The Bermuda Regiment responded strongly – out in force fielding supplies, clearing blocked roads and transporting islanders.
Belco, BTC and Public Works staff were in action in the aftermath, restoring home functions.
Neighbours helping neighbours, high on roofs, locking down waterproof tarpaulins with concrete blocks, clearing debris, trucking, supplying water, and food to those without.
The prevailing view for months on island was the sight of thousands of blue-covered roofs, some waiting for their rebuild turn, others regretfully underinsured or uninsured.
The landfill rose to mountainous heights in the mop-up of nature’s destruction.
Families grieved as a semblance of normality returned with the help of our extraordinary community efforts, all in solidarity against a common disaster.
And, just like that as if nothing had happened, the next morning, the sun shone down on another Bermudaful day!
Three days later, Monday, September 8, 2003, Bermuda was open for business per usual; never forgetting this tragic day, but moving ahead with positive determination towards the future.
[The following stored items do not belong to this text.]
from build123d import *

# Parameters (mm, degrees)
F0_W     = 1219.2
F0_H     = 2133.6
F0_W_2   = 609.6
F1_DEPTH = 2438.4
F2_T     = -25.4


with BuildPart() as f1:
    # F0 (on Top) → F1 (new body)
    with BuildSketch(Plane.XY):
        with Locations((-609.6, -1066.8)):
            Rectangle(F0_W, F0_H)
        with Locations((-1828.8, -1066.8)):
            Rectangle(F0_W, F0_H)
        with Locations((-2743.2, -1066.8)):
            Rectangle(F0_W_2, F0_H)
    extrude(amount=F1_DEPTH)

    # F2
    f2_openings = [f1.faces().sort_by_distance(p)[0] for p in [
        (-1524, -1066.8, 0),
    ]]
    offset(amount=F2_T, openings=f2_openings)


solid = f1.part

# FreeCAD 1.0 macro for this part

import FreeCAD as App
import Part
import Sketcher

V = App.Vector
Q = App.Units.Quantity


def faces_at(feature, points):
    """Names of the faces that lie closest to the given points."""
    faces = feature.Shape.Faces
    near = lambda p: min(range(len(faces)), key=lambda i: faces[i].distToShape(Part.Vertex(*p))[0])
    return sorted({f"Face{near(p) + 1}" for p in points})

doc = App.newDocument("Part")
body = doc.addObject("PartDesign::Body", "Body")

# Sketch on XY plane
sketch1 = body.newObject("Sketcher::SketchObject", "Sketch")
sketch1.AttachmentSupport = (doc.getObject("XY_Plane"), [""])
sketch1.MapMode = "FlatFace"
sketch1.addGeometry(Part.LineSegment(V(0, -2133.6, 0), V(0, 0, 0)), False)
sketch1.addGeometry(Part.LineSegment(V(0, 0, 0), V(-3048, 0, 0)), False)
sketch1.addGeometry(Part.LineSegment(V(-3048, 0, 0), V(-3048, -2133.6, 0)), False)
sketch1.addGeometry(Part.LineSegment(V(-3048, -2133.6, 0), V(0, -2133.6, 0)), False)
sketch1.addConstraint(Sketcher.Constraint("Coincident", 0, 2, 1, 1))
sketch1.addConstraint(Sketcher.Constraint("Coincident", 1, 2, 2, 1))
sketch1.addConstraint(Sketcher.Constraint("Coincident", 2, 2, 3, 1))
sketch1.addConstraint(Sketcher.Constraint("Coincident", 3, 2, 0, 1))
sketch1.addConstraint(Sketcher.Constraint("Vertical", 0))
sketch1.addConstraint(Sketcher.Constraint("Horizontal", 1))
sketch1.addConstraint(Sketcher.Constraint("Vertical", 2))
sketch1.addConstraint(Sketcher.Constraint("Horizontal", 3))
sketch1.addConstraint(Sketcher.Constraint("Coincident", 0, 2, -1, 1))
sketch1.addConstraint(Sketcher.Constraint("DistanceX", 1, 2, 1, 1, Q("120 in")))
sketch1.addConstraint(Sketcher.Constraint("DistanceY", 0, 1, 0, 2, Q("84 in")))
pad1 = body.newObject("PartDesign::Pad", "Pad")
pad1.Profile = sketch1
pad1.Length = Q("96 in")
doc.recompute()

thickness = body.newObject("PartDesign::Thickness", "Thickness")
thickness.Base = (pad1, faces_at(pad1, [(-1524, -1066.8, 0)]))
thickness.Value = Q("1 in")
thickness.Reversed = True
thickness.Join = "Arc"

doc.recompute()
Once again, Bermuda islanders’ resiliency and preparedness stood the test of time – as we have ever since the first settlers survived a shipwreck in the aftermath of a horrendous Atlantic storm.
Now, are you hurricane-ready this year?
Are you carrying insurance on your home? Do you know what it covers? When was the last time you reviewed it?
Consider this brief review of a generic homeowners policy, but be sure to consult your agent for home insurance specific to your needs, coverage, and environment.
Property and casualty insurance is a legal contract between you and your insurer. Both of you have obligations under the contract; the company to insure you under their defined criteria for a price; you to adhere to those defined conditions and constraints in order to receive the insurer’s protections.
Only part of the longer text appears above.